This creates an interesting challenge for automotive OEMs. As the technological complexity and software dependency of connected vehicles increases, those wishing to continue business in LATAM will need to understand its myriad of data protection and cybersecurity regulations. What are these laws? How are they changing? And what do automakers need to do to prepare? Read on to find out.

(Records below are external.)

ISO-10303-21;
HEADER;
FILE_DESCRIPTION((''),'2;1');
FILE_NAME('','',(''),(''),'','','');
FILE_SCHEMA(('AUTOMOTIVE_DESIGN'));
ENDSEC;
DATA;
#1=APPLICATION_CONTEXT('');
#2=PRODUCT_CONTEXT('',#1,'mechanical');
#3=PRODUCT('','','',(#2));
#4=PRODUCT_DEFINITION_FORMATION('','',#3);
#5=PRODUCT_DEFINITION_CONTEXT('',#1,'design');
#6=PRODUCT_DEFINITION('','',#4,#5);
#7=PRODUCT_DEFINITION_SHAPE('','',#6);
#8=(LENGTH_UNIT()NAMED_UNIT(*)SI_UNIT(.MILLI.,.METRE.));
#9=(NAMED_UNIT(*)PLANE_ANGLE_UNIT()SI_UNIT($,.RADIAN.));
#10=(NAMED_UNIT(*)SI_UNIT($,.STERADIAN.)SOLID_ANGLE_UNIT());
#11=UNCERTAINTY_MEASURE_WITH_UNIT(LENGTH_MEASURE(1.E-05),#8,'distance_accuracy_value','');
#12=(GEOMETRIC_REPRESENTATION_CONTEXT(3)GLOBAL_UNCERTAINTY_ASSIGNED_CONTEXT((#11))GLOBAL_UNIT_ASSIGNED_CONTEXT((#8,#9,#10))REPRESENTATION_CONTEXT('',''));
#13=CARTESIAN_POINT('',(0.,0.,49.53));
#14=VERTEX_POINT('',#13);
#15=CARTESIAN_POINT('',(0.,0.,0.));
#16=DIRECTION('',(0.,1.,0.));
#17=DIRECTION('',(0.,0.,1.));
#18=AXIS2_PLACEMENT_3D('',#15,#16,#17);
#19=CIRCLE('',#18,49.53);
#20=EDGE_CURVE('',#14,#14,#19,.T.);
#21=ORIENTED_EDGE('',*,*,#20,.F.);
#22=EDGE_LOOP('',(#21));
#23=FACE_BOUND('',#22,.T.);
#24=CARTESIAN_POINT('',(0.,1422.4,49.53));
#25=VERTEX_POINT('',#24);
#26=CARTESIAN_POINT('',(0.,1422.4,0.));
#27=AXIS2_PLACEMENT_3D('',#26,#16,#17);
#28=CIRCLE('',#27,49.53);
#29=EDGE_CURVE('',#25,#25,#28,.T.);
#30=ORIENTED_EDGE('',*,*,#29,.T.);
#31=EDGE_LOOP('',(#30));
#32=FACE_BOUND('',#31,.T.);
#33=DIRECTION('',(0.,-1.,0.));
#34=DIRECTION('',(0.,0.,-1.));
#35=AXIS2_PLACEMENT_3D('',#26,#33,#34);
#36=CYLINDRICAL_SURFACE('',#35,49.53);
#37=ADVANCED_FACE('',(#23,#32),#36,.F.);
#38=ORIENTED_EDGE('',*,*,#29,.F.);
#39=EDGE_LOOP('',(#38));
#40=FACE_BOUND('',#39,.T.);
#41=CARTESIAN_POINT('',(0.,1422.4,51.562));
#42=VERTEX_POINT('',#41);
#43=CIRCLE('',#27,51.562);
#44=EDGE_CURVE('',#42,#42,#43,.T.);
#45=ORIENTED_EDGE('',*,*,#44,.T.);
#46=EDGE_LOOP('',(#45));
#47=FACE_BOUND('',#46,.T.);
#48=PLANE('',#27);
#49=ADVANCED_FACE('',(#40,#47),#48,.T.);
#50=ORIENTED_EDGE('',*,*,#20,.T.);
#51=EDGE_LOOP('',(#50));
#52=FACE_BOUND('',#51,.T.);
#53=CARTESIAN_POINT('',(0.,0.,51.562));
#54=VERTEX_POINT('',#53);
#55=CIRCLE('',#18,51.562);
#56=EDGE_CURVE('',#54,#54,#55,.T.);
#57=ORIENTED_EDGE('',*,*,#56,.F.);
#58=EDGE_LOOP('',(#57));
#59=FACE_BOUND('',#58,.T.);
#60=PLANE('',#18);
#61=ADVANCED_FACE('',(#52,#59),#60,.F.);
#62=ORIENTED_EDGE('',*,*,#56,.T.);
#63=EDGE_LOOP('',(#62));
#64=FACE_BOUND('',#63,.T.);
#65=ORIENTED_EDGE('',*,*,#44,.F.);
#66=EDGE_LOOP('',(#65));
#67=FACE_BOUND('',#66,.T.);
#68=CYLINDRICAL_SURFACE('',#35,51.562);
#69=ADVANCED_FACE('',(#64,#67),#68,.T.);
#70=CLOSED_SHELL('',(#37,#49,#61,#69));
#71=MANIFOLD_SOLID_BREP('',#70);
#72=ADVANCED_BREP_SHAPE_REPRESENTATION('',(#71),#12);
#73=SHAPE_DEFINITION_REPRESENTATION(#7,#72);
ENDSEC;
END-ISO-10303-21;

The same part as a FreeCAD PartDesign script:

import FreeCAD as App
import Part
import Sketcher
from FreeCAD import Vector
Q = App.Units.Quantity

doc = App.newDocument("Part")
body = doc.addObject("PartDesign::Body", "Body")

sketch1 = body.newObject("Sketcher::SketchObject", "Sketch")
sketch1.AttachmentSupport = (doc.getObject("XZ_Plane"), [""])
sketch1.MapMode = "FlatFace"
sketch1.addGeometry([
    Part.Circle(Vector(0, 0, 0), Vector(0, 0, 1), 52),
    Part.Circle(Vector(0, 0, 0), Vector(0, 0, 1), 50),
], False)
sketch1.addConstraint([
    Sketcher.Constraint("Coincident", 0, 3, -1, 1),
    Sketcher.Constraint("Coincident", 1, 3, -1, 1),
    Sketcher.Constraint("Diameter", 1, Q("3.9 in")),
    Sketcher.Constraint("Diameter", 0, Q("4.06 in")),
])
pad1 = body.newObject("PartDesign::Pad", "Pad")
pad1.Profile = sketch1
pad1.Length = Q("56 in")
pad1.Reversed = True

doc.recompute()
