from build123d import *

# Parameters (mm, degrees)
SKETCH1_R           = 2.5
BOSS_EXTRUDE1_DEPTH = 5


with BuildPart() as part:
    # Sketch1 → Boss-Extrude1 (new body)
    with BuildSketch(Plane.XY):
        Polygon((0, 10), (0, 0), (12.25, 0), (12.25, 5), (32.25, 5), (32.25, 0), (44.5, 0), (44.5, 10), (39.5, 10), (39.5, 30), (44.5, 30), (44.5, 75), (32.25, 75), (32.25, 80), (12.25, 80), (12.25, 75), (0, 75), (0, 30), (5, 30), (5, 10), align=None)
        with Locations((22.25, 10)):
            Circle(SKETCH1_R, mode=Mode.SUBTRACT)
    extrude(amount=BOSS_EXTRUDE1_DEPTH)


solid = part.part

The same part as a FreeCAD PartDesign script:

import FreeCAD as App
import Part
import Sketcher

V = App.Vector


def add_polygon(sketch, points):
    """Adds a closed chain of lines whose ends are joined by coincident constraints."""
    first, n = sketch.GeometryCount, len(points)
    for a, b in zip(points, points[1:] + points[:1]):
        sketch.addGeometry(Part.LineSegment(App.Vector(*a, 0), App.Vector(*b, 0)), False)
    for i in range(n):
        sketch.addConstraint(Sketcher.Constraint("Coincident", first + i, 2, first + (i + 1) % n, 1))

doc = App.newDocument("Part")
body = doc.addObject("PartDesign::Body", "Body")

# Sketch on XY plane
sketch1 = doc.addObject("Sketcher::SketchObject", "Sketch")
body.addObject(sketch1)
sketch1.AttachmentSupport = (doc.XY_Plane, [""])
sketch1.MapMode = "FlatFace"
add_polygon(sketch1, [(0, 10), (0, 0), (12.2, 0), (12.2, 5), (32.2, 5), (32.2, 0), (44.5, 0), (44.5, 10), (39.5, 10), (39.5, 30), (44.5, 30), (44.5, 75), (32.2, 75), (32.2, 80), (12.2, 80), (12.2, 75), (0, 75), (0, 30), (5, 30), (5, 10)])  # lines 0-19
sketch1.addGeometry(Part.Circle(V(22.2, 10, 0), V(0, 0, 1), 2.5), False)  # 20
sketch1.addConstraint(Sketcher.Constraint("Vertical", 0))
sketch1.addConstraint(Sketcher.Constraint("Horizontal", 1))
sketch1.addConstraint(Sketcher.Constraint("Vertical", 2))
sketch1.addConstraint(Sketcher.Constraint("Horizontal", 3))
sketch1.addConstraint(Sketcher.Constraint("Vertical", 4))
sketch1.addConstraint(Sketcher.Constraint("Horizontal", 5))
sketch1.addConstraint(Sketcher.Constraint("Vertical", 6))
sketch1.addConstraint(Sketcher.Constraint("Horizontal", 7))
sketch1.addConstraint(Sketcher.Constraint("Vertical", 8))
sketch1.addConstraint(Sketcher.Constraint("Horizontal", 9))
sketch1.addConstraint(Sketcher.Constraint("Vertical", 10))
sketch1.addConstraint(Sketcher.Constraint("Horizontal", 11))
sketch1.addConstraint(Sketcher.Constraint("Vertical", 12))
sketch1.addConstraint(Sketcher.Constraint("Horizontal", 13))
sketch1.addConstraint(Sketcher.Constraint("Vertical", 14))
sketch1.addConstraint(Sketcher.Constraint("Horizontal", 15))
sketch1.addConstraint(Sketcher.Constraint("Vertical", 16))
sketch1.addConstraint(Sketcher.Constraint("Horizontal", 17))
sketch1.addConstraint(Sketcher.Constraint("Vertical", 18))
sketch1.addConstraint(Sketcher.Constraint("Horizontal", 19))
sketch1.addConstraint(Sketcher.Constraint("Coincident", 0, 2, -1, 1))
sketch1.addConstraint(Sketcher.Constraint("PointOnObject", 4, 2, -1))
sketch1.addConstraint(Sketcher.Constraint("PointOnObject", 15, 2, -2))
sketch1.addConstraint(Sketcher.Constraint("Horizontal", 20, 3, 6, 2))
sketch1.addConstraint(Sketcher.Constraint("Horizontal", 11, 2, 14, 2))
sketch1.addConstraint(Sketcher.Constraint("Horizontal", 9, 2, 16, 2))
sketch1.addConstraint(Sketcher.Constraint("Horizontal", 7, 2, 18, 2))
sketch1.addConstraint(Sketcher.Constraint("Vertical", 6, 2, 9, 2))
sketch1.addConstraint(Sketcher.Constraint("Vertical", 4, 2, 11, 2))
sketch1.addConstraint(Sketcher.Constraint("Vertical", 2, 2, 13, 2))
sketch1.addConstraint(Sketcher.Constraint("Equal", 1, 5))
sketch1.addConstraint(Sketcher.Constraint("Equal", 9, 17))
sketch1.addConstraint(Sketcher.Constraint("Equal", 19, 2))
sketch1.addConstraint(Sketcher.Constraint("Equal", 13, 8))
sketch1.addConstraint(Sketcher.Constraint("Equal", 4, 12))
sketch1.addConstraint(Sketcher.Constraint("Diameter", 20, 5.0))
sketch1.addConstraint(Sketcher.Constraint("DistanceX", 3, 1, 3, 2, 20.0))
sketch1.addConstraint(Sketcher.Constraint("DistanceX", 7, 2, 7, 1, 5.0))
sketch1.addConstraint(Sketcher.Constraint("DistanceY", 0, 2, 0, 1, 10.0))
sketch1.addConstraint(Sketcher.Constraint("DistanceY", 10, 1, 10, 2, 45.0))
sketch1.addConstraint(Sketcher.Constraint("DistanceX", 1, 2, 20, 3, 10.0))
sketch1.addConstraint(Sketcher.Constraint("DistanceX", 1, 1, 1, 2, 12.25))
pad1 = doc.addObject("PartDesign::Pad", "Pad")
body.addObject(pad1)
pad1.Profile = sketch1
pad1.Length = 5

doc.recompute()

Until a couple of decades ago, there was little need for cybersecurity regulations or data protection laws in LATAM. Aside from “big business” many companies functioned via personal interactions and low to non-existent levels of technological dependence. However, decarbonization of public transportation, improvements to transportation networks, goods distribution, and public utilities, along with a global pandemic, have created a significant shift in the LATAM business model.

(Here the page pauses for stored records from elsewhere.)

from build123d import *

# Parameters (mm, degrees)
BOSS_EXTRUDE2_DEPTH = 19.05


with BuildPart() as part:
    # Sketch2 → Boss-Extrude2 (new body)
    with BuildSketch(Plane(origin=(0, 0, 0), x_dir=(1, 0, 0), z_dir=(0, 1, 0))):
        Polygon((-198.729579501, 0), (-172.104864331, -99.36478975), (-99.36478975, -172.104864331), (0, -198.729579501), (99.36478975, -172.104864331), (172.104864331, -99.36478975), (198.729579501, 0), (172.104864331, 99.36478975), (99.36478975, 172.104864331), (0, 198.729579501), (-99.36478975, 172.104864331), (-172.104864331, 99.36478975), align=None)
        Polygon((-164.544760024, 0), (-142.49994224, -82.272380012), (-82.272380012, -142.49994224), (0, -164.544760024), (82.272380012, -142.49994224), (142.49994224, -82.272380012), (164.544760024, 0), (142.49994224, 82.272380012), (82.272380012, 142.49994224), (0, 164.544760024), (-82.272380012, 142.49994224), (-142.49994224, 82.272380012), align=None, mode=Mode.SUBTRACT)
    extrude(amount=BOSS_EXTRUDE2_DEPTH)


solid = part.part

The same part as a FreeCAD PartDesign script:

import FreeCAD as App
import Part
import Sketcher

V = App.Vector
Q = App.Units.Quantity


def add_polygon(sketch, points):
    """Adds a closed chain of lines whose ends are joined by coincident constraints."""
    first, n = sketch.GeometryCount, len(points)
    for a, b in zip(points, points[1:] + points[:1]):
        sketch.addGeometry(Part.LineSegment(App.Vector(*a, 0), App.Vector(*b, 0)), False)
    for i in range(n):
        sketch.addConstraint(Sketcher.Constraint("Coincident", first + i, 2, first + (i + 1) % n, 1))

doc = App.newDocument("Part")
body = doc.addObject("PartDesign::Body", "Body")

# Sketch on XZ plane
sketch1 = body.newObject("Sketcher::SketchObject", "Sketch")
sketch1.AttachmentSupport = (doc.getObject("XZ_Plane"), [""])
sketch1.MapMode = "FlatFace"
add_polygon(sketch1, [(-198.72958, 0), (-172.104864, 99.36479), (-99.36479, 172.104864), (0, 198.72958), (99.36479, 172.104864), (172.104864, 99.36479), (198.72958, 0), (172.104864, -99.36479), (99.36479, -172.104864), (0, -198.72958), (-99.36479, -172.104864), (-172.104864, -99.36479)])  # lines 0-11
add_polygon(sketch1, [(-142.499942, 82.27238), (-164.54476, 0), (-142.499942, -82.27238), (-82.27238, -142.499942), (0, -164.54476), (82.27238, -142.499942), (142.499942, -82.27238), (164.54476, 0), (142.499942, 82.27238), (82.27238, 142.499942), (0, 164.54476), (-82.27238, 142.499942)])  # lines 12-23
sketch1.addConstraint([
    Sketcher.Constraint("Symmetric", 0, 2, 6, 2, -1, 1),
    Sketcher.Constraint("Symmetric", 1, 2, 7, 2, -1, 1),
    Sketcher.Constraint("Symmetric", 2, 2, 8, 2, -1, 1),
    Sketcher.Constraint("Symmetric", 3, 2, 9, 2, -1, 1),
    Sketcher.Constraint("Symmetric", 4, 2, 10, 2, -1, 1),
    Sketcher.Constraint("Symmetric", 5, 2, 11, 2, -1, 1),
    Sketcher.Constraint("Symmetric", 12, 2, 18, 2, -1, 1),
    Sketcher.Constraint("Symmetric", 13, 2, 19, 2, -1, 1),
    Sketcher.Constraint("Symmetric", 14, 2, 20, 2, -1, 1),
    Sketcher.Constraint("Symmetric", 15, 2, 21, 2, -1, 1),
    Sketcher.Constraint("Symmetric", 16, 2, 22, 2, -1, 1),
    Sketcher.Constraint("Symmetric", 17, 2, 23, 2, -1, 1),
    Sketcher.Constraint("Symmetric", 1, 2, 3, 2, -2),
    Sketcher.Constraint("Symmetric", 0, 2, 4, 2, -2),
    Sketcher.Constraint("Symmetric", 14, 2, 16, 2, -2),
    Sketcher.Constraint("Symmetric", 13, 2, 17, 2, -2),
    Sketcher.Constraint("PointOnObject", 2, 2, -2),
    Sketcher.Constraint("PointOnObject", 5, 2, -1),
    Sketcher.Constraint("PointOnObject", 12, 2, -1),
    Sketcher.Constraint("PointOnObject", 15, 2, -2),
    Sketcher.Constraint("Perpendicular", 0, 3),
    Sketcher.Constraint("Perpendicular", 1, 4),
    Sketcher.Constraint("Perpendicular", 9, 12),
    Sketcher.Constraint("Parallel", 10, 14),
    Sketcher.Constraint("Perpendicular", 12, 15),
    Sketcher.Constraint("Equal", 0, 1),
    Sketcher.Constraint("Equal", 1, 2),
    Sketcher.Constraint("Equal", 13, 14),
    Sketcher.Constraint("Equal", 14, 15),
    Sketcher.Constraint("Angle", 0, Q("75 deg")),
    Sketcher.Constraint("Distance", 0, Q("4.05 in")),
    Sketcher.Constraint("DistanceX", 12, 2, -1, 1, Q("164.54476 mm")),
])
pad1 = body.newObject("PartDesign::Pad", "Pad")
pad1.Profile = sketch1
pad1.Length = Q("0.75 in")
pad1.Reversed = True

doc.recompute()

This transition has opened the door to malicious cyberattacks and data breaches, leaving many countries scrambling to mitigate the issue. As such, many LATAM regulations are either in the works, vague, or still up for debate.
The state of cybersecurity in Brazil became a hot topic after the country hosted several prestigious events including the World Cup and the Olympics. Concerned for their own protection, participating countries encouraged Brazil to improve its cybersecurity identification and response procedures.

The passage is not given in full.